Le terme Dieu est utilisé par différents groupes religieux pour signifier des réalités bien différentes. Avec la monté de l'ignorance (indifférence) religieuse et du syncrétisme religieux, une personne non instruite de sa Foi peut parfois se sentir perdu ou confuse. Bien que certains courants tendent à nier les différences entre les concepts même de Dieu au sein des différentes religions, il suffit de quelques minutes de métaphysique comparée pour se rendre compte qu'il sont réellement différents et souvent irréconciliables entre elles. Je vais, dans cet article, tenter de clarifier ce que les chrétiens entendent lorsqu'ils utilise le terme Dieu.

La nature de Dieu
Dieu est un pur esprit, éternel, infiniment parfait, créateur du ciel et de la terre et souverain maître de toute chose. Il est pur esprit, parce qu'il est un Être invisible, réel et ayant une intelligence vivante sans corps ni figure, qu'on ne peut voir ni toucher. Sa nature est l'existence éternelle sans commencement ni fin. Il réunit en lui même toute perfections de façon infinies.

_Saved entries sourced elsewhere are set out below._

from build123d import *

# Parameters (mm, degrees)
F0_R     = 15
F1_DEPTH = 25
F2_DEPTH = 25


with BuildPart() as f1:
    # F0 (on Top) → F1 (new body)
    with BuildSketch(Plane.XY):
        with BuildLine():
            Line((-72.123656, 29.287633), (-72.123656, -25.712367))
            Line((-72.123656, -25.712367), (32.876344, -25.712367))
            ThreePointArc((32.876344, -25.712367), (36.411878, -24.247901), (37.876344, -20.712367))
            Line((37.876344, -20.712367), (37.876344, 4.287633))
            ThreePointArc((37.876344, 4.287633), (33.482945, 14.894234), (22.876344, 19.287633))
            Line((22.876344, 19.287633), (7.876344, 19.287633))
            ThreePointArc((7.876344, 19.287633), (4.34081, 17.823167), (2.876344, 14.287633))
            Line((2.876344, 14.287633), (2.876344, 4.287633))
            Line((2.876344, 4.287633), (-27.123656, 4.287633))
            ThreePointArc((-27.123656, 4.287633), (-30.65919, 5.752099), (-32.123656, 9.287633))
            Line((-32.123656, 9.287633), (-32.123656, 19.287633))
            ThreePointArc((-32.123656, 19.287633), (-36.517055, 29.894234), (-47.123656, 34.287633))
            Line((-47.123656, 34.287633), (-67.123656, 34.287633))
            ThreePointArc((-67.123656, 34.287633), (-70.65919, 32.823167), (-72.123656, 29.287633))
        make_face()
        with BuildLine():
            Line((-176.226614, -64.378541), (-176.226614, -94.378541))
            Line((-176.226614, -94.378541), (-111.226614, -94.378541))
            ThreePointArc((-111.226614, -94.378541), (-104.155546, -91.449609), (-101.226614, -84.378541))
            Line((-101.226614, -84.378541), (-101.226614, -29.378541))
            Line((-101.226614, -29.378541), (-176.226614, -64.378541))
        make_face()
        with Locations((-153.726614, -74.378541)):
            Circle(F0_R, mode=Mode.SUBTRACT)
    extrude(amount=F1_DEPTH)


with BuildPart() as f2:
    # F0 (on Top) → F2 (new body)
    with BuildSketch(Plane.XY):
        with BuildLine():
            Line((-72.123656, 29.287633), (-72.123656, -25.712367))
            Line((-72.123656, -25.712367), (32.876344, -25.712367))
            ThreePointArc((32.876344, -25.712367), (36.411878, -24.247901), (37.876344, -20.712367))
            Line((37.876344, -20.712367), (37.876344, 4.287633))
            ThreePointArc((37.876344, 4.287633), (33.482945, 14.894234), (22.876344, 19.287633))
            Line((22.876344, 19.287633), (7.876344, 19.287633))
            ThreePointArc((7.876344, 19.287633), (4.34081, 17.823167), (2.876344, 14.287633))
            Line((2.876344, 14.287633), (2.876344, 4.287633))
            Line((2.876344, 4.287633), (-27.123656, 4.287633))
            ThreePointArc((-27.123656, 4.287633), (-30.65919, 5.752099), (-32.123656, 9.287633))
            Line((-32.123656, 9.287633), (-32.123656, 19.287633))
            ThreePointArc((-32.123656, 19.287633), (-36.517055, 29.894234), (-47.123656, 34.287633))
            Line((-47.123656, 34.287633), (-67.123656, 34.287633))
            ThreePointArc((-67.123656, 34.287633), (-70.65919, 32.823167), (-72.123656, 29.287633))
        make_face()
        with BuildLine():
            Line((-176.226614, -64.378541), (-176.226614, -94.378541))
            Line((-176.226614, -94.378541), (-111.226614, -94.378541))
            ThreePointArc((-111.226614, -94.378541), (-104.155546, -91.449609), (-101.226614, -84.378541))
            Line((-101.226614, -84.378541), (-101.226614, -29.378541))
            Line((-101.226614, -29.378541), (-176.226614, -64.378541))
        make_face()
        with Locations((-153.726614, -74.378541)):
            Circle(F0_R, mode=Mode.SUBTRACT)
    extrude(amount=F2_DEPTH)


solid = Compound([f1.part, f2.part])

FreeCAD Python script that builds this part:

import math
import FreeCAD as App
import Part
import Sketcher
Q = App.Units.Quantity

doc = App.newDocument("Part")
params = doc.addObject("Spreadsheet::Sheet", "Params")
for row, (alias, value) in enumerate([
    ("sketch1_diameter", "30 mm"),
    ("sketch1_radius", "5 mm"),
    ("sketch1_radius2", "9.999999 mm"),
    ("sketch1_width", "105 mm"),
    ("sketch1_width2", "15 mm"),
    ("pad1_length", "25 mm"),
    ("sketch2_diameter", "30 mm"),
    ("sketch2_radius", "5 mm"),
    ("sketch2_radius2", "9.999999 mm"),
    ("sketch2_width", "105 mm"),
    ("sketch2_width2", "15 mm"),
    ("pad2_length", "25 mm"),
], start=1):
    params.set(f"A{row}", alias)
    params.set(f"B{row}", "=" + value)
    params.setAlias(f"B{row}", alias)

body = doc.addObject("PartDesign::Body", "Body")
body.AllowCompound = True

# Sketch on XY plane
sketch1 = body.newObject("Sketcher::SketchObject", "Sketch")
sketch1.AttachmentSupport = (doc.getObject("XY_Plane"), [""])
sketch1.MapMode = "FlatFace"
sketch1.addGeometry([
    Part.LineSegment(App.Vector(-72.1, 29.3, 0), App.Vector(-72.1, -25.7, 0)),  # 0
    Part.LineSegment(App.Vector(-72.1, -25.7, 0), App.Vector(32.9, -25.7, 0)),  # 1
    Part.ArcOfCircle(Part.Circle(App.Vector(32.9, -20.7, 0), App.Vector(0, 0, 1), 5), math.radians(-90), math.radians(0)),  # 2
    Part.LineSegment(App.Vector(37.9, -20.7, 0), App.Vector(37.9, 4.3, 0)),  # 3
    Part.ArcOfCircle(Part.Circle(App.Vector(22.9, 4.3, 0), App.Vector(0, 0, 1), 15), math.radians(0), math.radians(90)),  # 4
    Part.LineSegment(App.Vector(22.9, 19.3, 0), App.Vector(7.9, 19.3, 0)),  # 5
    Part.ArcOfCircle(Part.Circle(App.Vector(7.9, 14.3, 0), App.Vector(0, 0, 1), 5), math.radians(90), math.radians(180)),  # 6
    Part.LineSegment(App.Vector(2.9, 14.3, 0), App.Vector(2.9, 4.3, 0)),  # 7
    Part.LineSegment(App.Vector(2.9, 4.3, 0), App.Vector(-27.1, 4.3, 0)),  # 8
    Part.ArcOfCircle(Part.Circle(App.Vector(-27.1, 9.3, 0), App.Vector(0, 0, 1), 5), math.radians(180), math.radians(270)),  # 9
    Part.LineSegment(App.Vector(-32.1, 9.3, 0), App.Vector(-32.1, 19.3, 0)),  # 10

Il  a créé de rien tout ce qui existe et en demeure le maître absolu. Voilà ce que nous entendons par Dieu en tant que chrétien. Tout système religieux qui vous propose une définition moindre que cela vous ment ou parle d'un autre type d'entité qui n'est pas divine.

Les perfections de Dieu
Une perfection est une qualité qui rend meilleur celui qui la possède. Dieu possède toutes les perfections dans un degré infini. Pour être plus exactes, les perfections en Dieu ne sont pas distinctes les unes des autres ou multiples, mais forme un tout. Cependant, à cause de notre intellect plus limité, nous devons les distinguer pour mieux les comprendre. Les perfections peuvent se diviser en trois groupes qui sont les perfections de la nature divine, les attributs impératifs et les attributs moraux.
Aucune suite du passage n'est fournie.